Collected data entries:
>>>>>

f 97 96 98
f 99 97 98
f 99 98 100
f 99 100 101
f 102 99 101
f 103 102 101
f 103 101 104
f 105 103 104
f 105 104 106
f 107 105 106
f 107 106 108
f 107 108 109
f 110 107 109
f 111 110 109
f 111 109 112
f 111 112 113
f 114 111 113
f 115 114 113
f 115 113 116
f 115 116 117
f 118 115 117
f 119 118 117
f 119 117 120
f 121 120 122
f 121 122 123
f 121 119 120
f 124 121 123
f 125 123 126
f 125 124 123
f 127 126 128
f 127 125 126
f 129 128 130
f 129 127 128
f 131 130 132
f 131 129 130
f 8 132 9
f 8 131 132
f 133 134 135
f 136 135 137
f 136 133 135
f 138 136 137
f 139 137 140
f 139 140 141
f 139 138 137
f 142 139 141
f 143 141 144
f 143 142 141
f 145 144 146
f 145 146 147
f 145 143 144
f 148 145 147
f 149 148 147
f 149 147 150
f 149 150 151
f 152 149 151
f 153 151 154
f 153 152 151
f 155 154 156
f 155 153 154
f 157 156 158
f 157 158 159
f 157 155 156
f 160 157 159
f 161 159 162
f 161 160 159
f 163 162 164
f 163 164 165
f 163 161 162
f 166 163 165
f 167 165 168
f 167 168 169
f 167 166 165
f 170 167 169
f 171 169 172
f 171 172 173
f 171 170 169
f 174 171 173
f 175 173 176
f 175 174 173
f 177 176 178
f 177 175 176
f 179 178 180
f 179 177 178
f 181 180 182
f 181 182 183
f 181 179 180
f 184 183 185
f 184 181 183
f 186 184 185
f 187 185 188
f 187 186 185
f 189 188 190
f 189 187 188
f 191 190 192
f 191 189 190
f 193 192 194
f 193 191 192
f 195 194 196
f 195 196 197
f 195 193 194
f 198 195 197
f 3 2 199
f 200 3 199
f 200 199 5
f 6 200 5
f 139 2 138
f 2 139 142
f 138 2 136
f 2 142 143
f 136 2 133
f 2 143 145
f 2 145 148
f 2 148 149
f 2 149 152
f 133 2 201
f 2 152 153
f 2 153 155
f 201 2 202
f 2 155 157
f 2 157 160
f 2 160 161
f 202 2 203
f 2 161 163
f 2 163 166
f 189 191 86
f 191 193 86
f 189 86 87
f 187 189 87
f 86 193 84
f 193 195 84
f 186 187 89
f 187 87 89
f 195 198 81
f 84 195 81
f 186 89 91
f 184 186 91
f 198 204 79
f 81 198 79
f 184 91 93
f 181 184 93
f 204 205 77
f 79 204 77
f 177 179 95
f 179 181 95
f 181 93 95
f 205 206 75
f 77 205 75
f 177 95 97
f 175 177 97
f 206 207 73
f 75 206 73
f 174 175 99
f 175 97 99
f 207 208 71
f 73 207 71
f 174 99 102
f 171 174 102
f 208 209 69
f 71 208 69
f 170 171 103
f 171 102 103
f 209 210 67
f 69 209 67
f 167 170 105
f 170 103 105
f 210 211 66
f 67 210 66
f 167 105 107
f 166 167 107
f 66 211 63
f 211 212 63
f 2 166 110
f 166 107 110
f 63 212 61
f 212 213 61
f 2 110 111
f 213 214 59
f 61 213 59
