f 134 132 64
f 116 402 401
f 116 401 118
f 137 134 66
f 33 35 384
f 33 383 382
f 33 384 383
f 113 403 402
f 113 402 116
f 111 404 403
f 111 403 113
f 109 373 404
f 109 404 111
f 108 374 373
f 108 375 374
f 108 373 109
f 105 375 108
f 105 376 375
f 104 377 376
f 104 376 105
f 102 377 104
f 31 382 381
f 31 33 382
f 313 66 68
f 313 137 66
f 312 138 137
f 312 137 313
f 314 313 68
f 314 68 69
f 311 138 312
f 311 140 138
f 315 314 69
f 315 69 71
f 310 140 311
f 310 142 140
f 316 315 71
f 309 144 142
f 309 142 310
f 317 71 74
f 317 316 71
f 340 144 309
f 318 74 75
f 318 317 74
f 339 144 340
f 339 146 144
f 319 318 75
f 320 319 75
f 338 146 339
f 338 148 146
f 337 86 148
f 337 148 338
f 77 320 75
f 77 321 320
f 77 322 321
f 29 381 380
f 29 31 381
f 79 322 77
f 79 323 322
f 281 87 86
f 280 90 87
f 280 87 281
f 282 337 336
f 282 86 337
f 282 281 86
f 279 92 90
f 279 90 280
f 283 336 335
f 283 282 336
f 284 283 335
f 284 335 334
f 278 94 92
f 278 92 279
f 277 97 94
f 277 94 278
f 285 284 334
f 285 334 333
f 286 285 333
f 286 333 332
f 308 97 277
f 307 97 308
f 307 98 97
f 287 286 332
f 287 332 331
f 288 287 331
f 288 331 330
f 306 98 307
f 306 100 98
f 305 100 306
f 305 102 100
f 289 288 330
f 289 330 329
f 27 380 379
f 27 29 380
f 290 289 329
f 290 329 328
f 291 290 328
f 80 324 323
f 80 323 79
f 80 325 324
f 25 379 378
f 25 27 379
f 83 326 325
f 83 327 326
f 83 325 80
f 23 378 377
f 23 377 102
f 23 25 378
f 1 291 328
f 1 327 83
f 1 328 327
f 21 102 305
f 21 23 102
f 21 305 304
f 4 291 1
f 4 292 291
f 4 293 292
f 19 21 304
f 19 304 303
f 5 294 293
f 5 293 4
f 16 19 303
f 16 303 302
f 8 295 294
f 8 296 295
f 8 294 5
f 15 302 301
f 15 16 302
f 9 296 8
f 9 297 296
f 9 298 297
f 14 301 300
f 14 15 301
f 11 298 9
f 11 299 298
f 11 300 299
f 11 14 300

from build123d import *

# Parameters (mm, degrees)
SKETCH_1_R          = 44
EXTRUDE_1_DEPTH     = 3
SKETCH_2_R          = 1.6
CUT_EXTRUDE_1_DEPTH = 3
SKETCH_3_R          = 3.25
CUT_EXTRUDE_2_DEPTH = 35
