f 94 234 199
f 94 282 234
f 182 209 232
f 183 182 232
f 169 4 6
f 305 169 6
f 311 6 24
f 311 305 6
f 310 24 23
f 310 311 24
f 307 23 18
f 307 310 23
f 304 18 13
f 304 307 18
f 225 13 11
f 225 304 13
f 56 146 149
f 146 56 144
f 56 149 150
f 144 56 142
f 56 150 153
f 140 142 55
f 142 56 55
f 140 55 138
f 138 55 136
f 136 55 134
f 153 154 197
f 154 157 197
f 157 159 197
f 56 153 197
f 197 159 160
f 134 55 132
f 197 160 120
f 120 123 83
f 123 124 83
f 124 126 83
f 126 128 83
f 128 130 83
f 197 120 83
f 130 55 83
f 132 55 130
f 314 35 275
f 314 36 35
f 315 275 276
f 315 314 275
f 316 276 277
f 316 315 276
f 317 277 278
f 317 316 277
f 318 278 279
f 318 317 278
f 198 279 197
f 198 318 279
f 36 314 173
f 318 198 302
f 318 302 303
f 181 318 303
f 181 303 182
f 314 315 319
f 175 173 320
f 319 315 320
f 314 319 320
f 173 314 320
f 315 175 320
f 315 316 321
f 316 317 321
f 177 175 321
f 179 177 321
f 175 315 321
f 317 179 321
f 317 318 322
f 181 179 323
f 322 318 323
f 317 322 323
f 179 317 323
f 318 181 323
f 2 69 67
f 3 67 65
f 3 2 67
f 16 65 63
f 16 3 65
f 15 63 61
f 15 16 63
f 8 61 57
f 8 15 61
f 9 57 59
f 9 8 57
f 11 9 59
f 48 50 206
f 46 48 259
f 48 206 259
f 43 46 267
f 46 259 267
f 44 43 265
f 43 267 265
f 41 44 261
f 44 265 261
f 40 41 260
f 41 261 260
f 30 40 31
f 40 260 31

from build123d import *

<<<<<

Instructions for the task
Copy out the lines above exactly, beginning at the one that contains "f 121 122 123" and ending at the one that contains "f 208 209 69".

Result for this exercise
f 121 122 123
f 121 119 120
f 124 121 123
f 125 123 126
f 125 124 123
f 127 126 128
f 127 125 126
f 129 128 130
f 129 127 128
f 131 130 132
f 131 129 130
f 8 132 9
f 8 131 132
f 133 134 135
f 136 135 137
f 136 133 135
f 138 136 137
f 139 137 140
f 139 140 141
f 139 138 137
f 142 139 141
f 143 141 144
f 143 142 141
f 145 144 146
f 145 146 147
f 145 143 144
f 148 145 147
f 149 148 147
f 149 147 150
f 149 150 151
f 152 149 151
f 153 151 154
f 153 152 151
f 155 154 156
f 155 153 154
f 157 156 158
f 157 158 159
f 157 155 156
f 160 157 159
f 161 159 162
f 161 160 159
f 163 162 164
f 163 164 165
f 163 161 162
f 166 163 165
f 167 165 168
f 167 168 169
f 167 166 165
f 170 167 169
f 171 169 172
f 171 172 173
f 171 170 169
f 174 171 173
f 175 173 176
f 175 174 173
f 177 176 178
f 177 175 176
f 179 178 180
f 179 177 178
f 181 180 182
f 181 182 183
f 181 179 180
f 184 183 185
f 184 181 183
f 186 184 185
f 187 185 188
f 187 186 185
f 189 188 190
f 189 187 188
f 191 190 192
f 191 189 190
f 193 192 194
f 193 191 192
f 195 194 196
f 195 196 197
f 195 193 194
f 198 195 197
f 3 2 199
f 200 3 199
f 200 199 5
f 6 200 5
f 139 2 138
f 2 139 142
f 138 2 136
f 2 142 143
f 136 2 133
f 2 143 145
f 2 145 148
f 2 148 149
f 2 149 152
f 133 2 201
f 2 152 153
f 2 153 155
f 201 2 202
f 2 155 157
f 2 157 160
f 2 160 161
f 202 2 203
f 2 161 163
f 2 163 166
f 189 191 86
f 191 193 86
f 189 86 87
f 187 189 87
f 86 193 84
f 193 195 84
f 186 187 89
f 187 87 89
f 195 198 81
f 84 195 81
f 186 89 91
f 184 186 91
f 198 204 79
f 81 198 79
f 184 91 93
f 181 184 93
f 204 205 77
f 79 204 77
f 177 179 95
f 179 181 95
f 181 93 95
f 205 206 75
f 77 205 75
f 177 95 97
f 175 177 97
f 206 207 73
f 75 206 73
f 174 175 99
f 175 97 99
f 207 208 71
f 73 207 71
f 174 99 102
f 171 174 102
f 208 209 69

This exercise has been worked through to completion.